RimiRec: Modeling Refined Multi-interest in Hierarchical Structure for Recommendation
Haolei Pei, Yuanyuan Xu, Yangping Zhu, Yuan Nie
TL;DR
This work addresses the challenge of capturing refined user interests that manifest across hierarchical circles in large-scale recommender systems. It introduces RimiRec, a two-stage approach: (1) hierarchical multi-interest mining uses hierarchical $k$-means to build an item tree and a Transformer-based seq2seq model with early stopping and beam search to generate semantic category IDs at multiple levels; (2) refined multi-interest retrieval partitions the item library by these categories and learns multiple category-specific embeddings via a modified two-tower model, enabling ANN searches within sub-libraries.

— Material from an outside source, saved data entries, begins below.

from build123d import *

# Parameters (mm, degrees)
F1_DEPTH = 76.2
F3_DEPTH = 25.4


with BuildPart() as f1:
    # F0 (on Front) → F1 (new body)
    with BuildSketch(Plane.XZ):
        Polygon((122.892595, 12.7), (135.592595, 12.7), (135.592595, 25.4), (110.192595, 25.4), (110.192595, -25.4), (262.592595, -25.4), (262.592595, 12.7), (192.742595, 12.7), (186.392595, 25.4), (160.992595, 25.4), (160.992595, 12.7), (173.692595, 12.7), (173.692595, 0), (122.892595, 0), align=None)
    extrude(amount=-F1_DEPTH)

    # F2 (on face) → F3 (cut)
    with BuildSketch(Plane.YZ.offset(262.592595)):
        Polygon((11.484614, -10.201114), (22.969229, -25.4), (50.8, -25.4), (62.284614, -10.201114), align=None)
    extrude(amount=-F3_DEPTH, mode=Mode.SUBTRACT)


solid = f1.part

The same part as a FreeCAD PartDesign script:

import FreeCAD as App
import Part
import Sketcher

V = App.Vector
Q = App.Units.Quantity

doc = App.newDocument("Part")
params = doc.addObject("Spreadsheet::Sheet", "Params")
for row, (alias, value) in enumerate([
    ("sketch1_width", "1 in"),
    ("sketch1_width2", "6 in"),
    ("sketch1_width3", "2 in"),
    ("sketch1_width4", "0.5 in"),
    ("sketch1_width5", "2.75 in"),
    ("pad1_length", "3 in"),
    ("sketch2_width", "2 in"),
    ("sketch2_length", "0.75 in"),
    ("pocket1_length", "1 in"),
], start=1):
    params.set(f"A{row}", alias)
    params.set(f"B{row}", "=" + value)
    params.setAlias(f"B{row}", alias)

body = doc.addObject("PartDesign::Body", "Body")

# Sketch on XZ plane
sketch1 = doc.addObject("Sketcher::SketchObject", "Sketch")
body.addObject(sketch1)
sketch1.AttachmentSupport = (doc.XZ_Plane, [""])
sketch1.MapMode = "FlatFace"
sketch1.addGeometry([
    Part.LineSegment(V(123, 13, 0), V(136, 13, 0)),  # 0
    Part.LineSegment(V(136, 13, 0), V(136, 25, 0)),  # 1
    Part.LineSegment(V(136, 25, 0), V(110, 25, 0)),  # 2
    Part.LineSegment(V(110, 25, 0), V(110, -25, 0)),  # 3
    Part.LineSegment(V(110, -25, 0), V(263, -25, 0)),  # 4
    Part.LineSegment(V(263, -25, 0), V(263, 13, 0)),  # 5
    Part.LineSegment(V(263, 13, 0), V(193, 13, 0)),  # 6
    Part.LineSegment(V(193, 13, 0), V(186, 25, 0)),  # 7
    Part.LineSegment(V(186, 25, 0), V(161, 25, 0)),  # 8
    Part.LineSegment(V(161, 25, 0), V(161, 13, 0)),  # 9
    Part.LineSegment(V(161, 13, 0), V(174, 13, 0)),  # 10
    Part.LineSegment(V(174, 13, 0), V(174, 0, 0)),  # 11
    Part.LineSegment(V(174, 0, 0), V(123, 0, 0)),  # 12
    Part.LineSegment(V(123, 0, 0), V(123, 13, 0)),  # 13
], False)
sketch1.addConstraint([
    Sketcher.Constraint("Coincident", 0, 2, 1, 1),
    Sketcher.Constraint("Coincident", 1, 2, 2, 1),
    Sketcher.Constraint("Coincident", 2, 2, 3, 1),
    Sketcher.Constraint("Coincident", 3, 2, 4, 1),
    Sketcher.Constraint("Coincident", 4, 2, 5, 1),
    Sketcher.Constraint("Coincident", 5, 2, 6, 1),
    Sketcher.Constraint("Coincident", 6, 2, 7, 1),
    Sketcher.Constraint("Coincident", 7, 2, 8, 1),
    Sketcher.Constraint("Coincident", 8, 2, 9, 1),
    Sketcher.Constraint("Coincident", 9, 2, 10, 1),
    Sketcher.Constraint("Coincident", 10, 2, 11, 1),
    Sketcher.Constraint("Coincident", 11, 2, 12, 1),
    Sketcher.Constraint("Coincident", 12, 2, 13, 1),
    Sketcher.Constraint("Coincident", 13, 2, 0, 1),
    Sketcher.Constraint("Horizontal", 0),
    Sketcher.Constraint("Vertical", 1),
    Sketcher.Constraint("Horizontal", 2),
    Sketcher.Constraint("Vertical", 3),
    Sketcher.Constraint("Horizontal", 4),
    Sketcher.Constraint("Vertical", 5),
    Sketcher.Constraint("Horizontal", 6),
    Sketcher.Constraint("Horizontal", 8),
    Sketcher.Constraint("Vertical", 9),
    Sketcher.Constraint("Horizontal", 10),
    Sketcher.Constraint("Vertical", 11),
    Sketcher.Constraint("Horizontal", 12),
    Sketcher.Constraint("Vertical", 13),
    Sketcher.Constraint("PointOnObject", 11, 2, -1),
    Sketcher.Constraint("Horizontal", 0, 2, 5, 2),
    Sketcher.Constraint("Horizontal", 2, 2, 7, 2),
    Sketcher.Constraint("Horizontal", 6, 2, 9, 2),
    Sketcher.Constraint("Equal", 2, 8),
    Sketcher.Constraint("Equal", 0, 10),
    Sketcher.Constraint("Equal", 10, 1),
    Sketcher.Constraint("Equal", 12, 3),
    Sketcher.Constraint("Equal", 9, 11),
    Sketcher.Constraint("DistanceX", 2, 2, 2, 1, Q("1 in")),
    Sketcher.Constraint("DistanceX", 4, 1, 4, 2, Q("6 in")),
    Sketcher.Constraint("DistanceX", 12, 2, 12, 1, Q("2 in")),
    Sketcher.Constraint("DistanceX", 0, 1, 0, 2, Q("0.5 in")),
    Sketcher.Constraint("DistanceX", 6, 2, 6, 1, Q("2.75 in")),
    Sketcher.Constraint("DistanceX", -1, 1, 0, 2, Q("135.592595 mm")),
])
sketch1.setExpression("Constraints[36]", "Params.sketch1_width")
sketch1.setExpression("Constraints[37]", "Params.sketch1_width2")
sketch1.setExpression("Constraints[38]", "Params.sketch1_width3")
sketch1.setExpression("Constraints[39]", "Params.sketch1_width4")
sketch1.setExpression("Constraints[40]", "Params.sketch1_width5")
pad1 = doc.addObject("PartDesign::Pad", "Pad")
body.addObject(pad1)
pad1.Profile = sketch1
pad1.setExpression("Length", "Params.pad1_length")
pad1.Reversed = True

# Sketch on YZ plane
sketch2 = doc.addObject("Sketcher::SketchObject", "Sketch001")
body.addObject(sketch2)
sketch2.AttachmentSupport = (doc.YZ_Plane, [""])
sketch2.MapMode = "FlatFace"
sketch2.AttachmentOffset = App.Placement(V(0, 0, 262.592595), App.Rotation())
sketch2.addGeometry([
    Part.LineSegment(V(11, -10, 0), V(23, -25, 0)),
    Part.LineSegment(V(23, -25, 0), V(51, -25, 0)),
    Part.LineSegment(V(51, -25, 0), V(62, -10, 0)),
    Part.LineSegment(V(62, -10, 0), V(11, -10, 0)),
], False)
sketch2.addConstraint([
    Sketcher.Constraint("Coincident", 0, 2, 1, 1),
    Sketcher.Constraint("Coincident", 1, 2, 2, 1),
    Sketcher.Constraint("Coincident", 2, 2, 3, 1),
    Sketcher.Constraint("Coincident", 3, 2, 0, 1),
    Sketcher.Constraint("Horizontal", 1),
    Sketcher.Constraint("Horizontal", 3),
    Sketcher.Constraint("Equal", 0, 2),
    Sketcher.Constraint("DistanceX", 3, 2, 3, 1, Q("2 in")),
    Sketcher.Constraint("DistanceY", 0, 2, -1, 1, Q("1 in")),
    Sketcher.Constraint("DistanceX", -1, 1, 1, 2, Q("2 in")),
    Sketcher.Constraint("Distance", 0, Q("0.75 in")),
    Sketcher.Constraint("DistanceX", 1, 1, 1, 2, Q("27.830771 mm")),
])
sketch2.setExpression("Constraints[7]", "Params.sketch2_width")
sketch2.setExpression("Constraints[10]", "Params.sketch2_length")
pocket1 = doc.addObject("PartDesign::Pocket", "Pocket")
body.addObject(pocket1)
pocket1.Profile = sketch2
pocket1.setExpression("Length", "Params.pocket1_length")

doc.recompute()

The method achieves state-of-the-art recall on offline datasets and demonstrates production viability through online A/B tests at Lofter, with improvements in metrics like diversity and user activity. The work provides a practical pipeline for deploying hierarchical, circle-aware recommendations in industrial settings, balancing long behavior sequences with fine-grained interests across levels.
Abstract
Industrial recommender systems usually consist of the retrieval stage and the ranking stage, to handle the billion-scale of users and items. The retrieval stage retrieves candidate items relevant to user interests for recommendations and has attracted much attention. Frequently, a user shows refined multi-interests in a hierarchical structure. For example, a user likes Conan and Kuroba Kaito, which are the roles in hierarchical structure "Animation, Japanese Animation, Detective Conan". However, most existing methods ignore this hierarchical nature, and simply average the fine-grained interest information. Therefore, we propose a novel two-stage approach to explicitly modeling refined multi-interest in a hierarchical structure for recommendation. In the first hierarchical multi-interest mining stage, the hierarchical clustering and transformer-based model adaptively generate circles or sub-circles that users are interested in. In the second stage, the partition of retrieval space allows the EBR models to deal only with items within each circle and accurately capture users' refined interests. Experimental results show that the proposed approach achieves state-of-the-art performance. Our framework has also been deployed at Lofter.